QM Assignment: Two Lies and a Truth
“There are three kinds of lies: lies, damned lies, and statistics.”
Due Date: November 4, 2010, to be handed in at the beginning of class
This assignment asks you to consider the ways that statistics are frequently misused to prove falsehoods. The assignment has three parts. First, you will find your data sources. You must use two. You must use data from either www.worldbank.com or the United Nations Human Development Index (find this via LEA). You might compare that data set with FIFA.com, if you wish. Second, you will use two different tools that we have learned in this class (graphing, central tendency, scatterplot, correlation) to prove something you know to be untrue. Third, you will use another method of statistical analysis to show the ‘truth.’ In addition to providing statistical analysis in this third part, you will write a conclusion paragraph in which you explain why the measures used in part two were misleading and how the measures used in part three correct for those errors.
Points will be awarded for:
a/ the ridiculousness of the lie (examples of types of lies can be found in Part III and will be discussed in class)
b/ the degree to which the lying ‘report’ shows mastery of two skills—one visual and one using a measure of central tendency
c/ the degree to which the measure chosen in Part III corrects the mistakes in part two
d/ the clarity of your written analysis
Presentation should conform to the following:
Part I (one page)
The lie: Write a paragraph (modeled after a newspaper report) that outlines an outlandish discovery. For example: that all soccer teams with more blue-eyed players do better at the World Cup than those with green-eyed players.
Part II (one page)
Using real data sources (you will list these in your bibliography), provide “proof” of the lies in Part I. The proof must include a frequency data chart, an analysis of central tendency and a chart.
Part III (one page)
Using a different method of statistical analysis, show how the first parts were able to lie and then use statistics to illustrate a more reasonable or truthful analysis of the data. You might use standard deviation for this part. You must categorize the lies of Part II into one of the following categories:
1. The misrepresentative measure of central tendency (ie. Mode, when mean says more about the data set, or Median when Mode would say more)
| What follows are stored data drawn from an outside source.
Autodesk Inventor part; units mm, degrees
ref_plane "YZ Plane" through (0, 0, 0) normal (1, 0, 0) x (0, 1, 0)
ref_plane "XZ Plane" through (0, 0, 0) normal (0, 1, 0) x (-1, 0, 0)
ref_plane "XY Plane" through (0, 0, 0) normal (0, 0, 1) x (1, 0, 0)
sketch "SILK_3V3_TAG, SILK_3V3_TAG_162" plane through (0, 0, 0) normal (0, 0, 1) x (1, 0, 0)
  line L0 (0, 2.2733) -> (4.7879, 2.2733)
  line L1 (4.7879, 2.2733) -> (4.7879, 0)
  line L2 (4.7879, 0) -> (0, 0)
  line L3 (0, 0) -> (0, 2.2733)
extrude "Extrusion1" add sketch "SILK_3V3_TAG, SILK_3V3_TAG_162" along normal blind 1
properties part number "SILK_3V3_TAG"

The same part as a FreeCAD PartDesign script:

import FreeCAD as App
import Part
import Sketcher


def add_polygon(sketch, points):
    """Adds a closed chain of lines whose ends are joined by coincident constraints."""
    first, n = sketch.GeometryCount, len(points)
    for a, b in zip(points, points[1:] + points[:1]):
        sketch.addGeometry(Part.LineSegment(App.Vector(*a, 0), App.Vector(*b, 0)), False)
    for i in range(n):
        sketch.addConstraint(Sketcher.Constraint("Coincident", first + i, 2, first + (i + 1) % n, 1))

doc = App.newDocument("Part")
params = doc.addObject("Spreadsheet::Sheet", "Params")
for row, (alias, value) in enumerate([
    ("pad1_length", "1 mm"),
], start=1):
    params.set(f"A{row}", alias)
    params.set(f"B{row}", "=" + value)
    params.setAlias(f"B{row}", alias)

body = doc.addObject("PartDesign::Body", "Body")

# Sketch on XY plane
sketch1 = doc.addObject("Sketcher::SketchObject", "Sketch")
body.addObject(sketch1)
sketch1.AttachmentSupport = (doc.XY_Plane, [""])
sketch1.MapMode = "FlatFace"
add_polygon(sketch1, [(4.7879, 2.2733), (0, 2.2733), (0, 0), (4.7879, 0)])  # lines 0-3
sketch1.addConstraint(Sketcher.Constraint("Horizontal", 0))
sketch1.addConstraint(Sketcher.Constraint("Vertical", 1))
sketch1.addConstraint(Sketcher.Constraint("Horizontal", 2))
sketch1.addConstraint(Sketcher.Constraint("Vertical", 3))
sketch1.addConstraint(Sketcher.Constraint("Coincident", 1, 2, -1, 1))
sketch1.addConstraint(Sketcher.Constraint("DistanceX", 0, 2, 0, 1, 4.788))
sketch1.addConstraint(Sketcher.Constraint("DistanceY", 1, 2, 1, 1, 2.2733))
pad1 = doc.addObject("PartDesign::Pad", "Pad")
body.addObject(pad1)
pad1.Profile = sketch1
pad1.setExpression("Length", "Params.pad1_length")

doc.recompute()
2. The graph without numbers/ units or with a well-chosen break in one axis
3. The sample with a built-in bias
4. Post hoc fallacy – If A follows B, A must have been caused by B.
5. Stasticulation (Statistical Manipulation)
1. The lie: Asia has seen increased unemployment over the past 10 years.
The data: Malaysia and Singapore, the only two countries for which this is true
The truth: Asia, as a whole, has had increased employment, those two saw decreased unemployment because of their unique political situations.
2. The lie: Increased CO2 emissions causes increased life expectancy.
The data: Averaged CO2 emissions and life expectancy reports
The truth: Both these variables correlate to increased industrialization. When we plot the two together, it appears as if the one causes the other, but it doesn’t. Both are effects of increased industrialization and increased wealth.
For example, can you figure out what is wrong with the conclusion below and which of the above categories of misrepresentation it falls under.
Q: What effect does going to college have on your chances of remaining unmarried?
A: If you’re a woman, it skyrockets your chances of becoming an old maid. But if you’re a man, it has the opposite effect—it minimizes your chances of staying a bachelor
McGill University made a study of 1,500 typical middle-aged college graduates. Of the men, 93 per cent were married (compared to 83 per cent for the general population). But of the middle-aged women graduates only 65 per cent were married. Spinsters were relative three times as numerous among college graduates as among women of the general population.
1. Go to http://www.worldbank.org and find a set of data that is measured over time.
2. Download it into excel.
3. Make it into a graph that charts change over time.
4. Remake it twice to emphasize different perspectives. Include a textbox which ‘explains’ the different interpretations.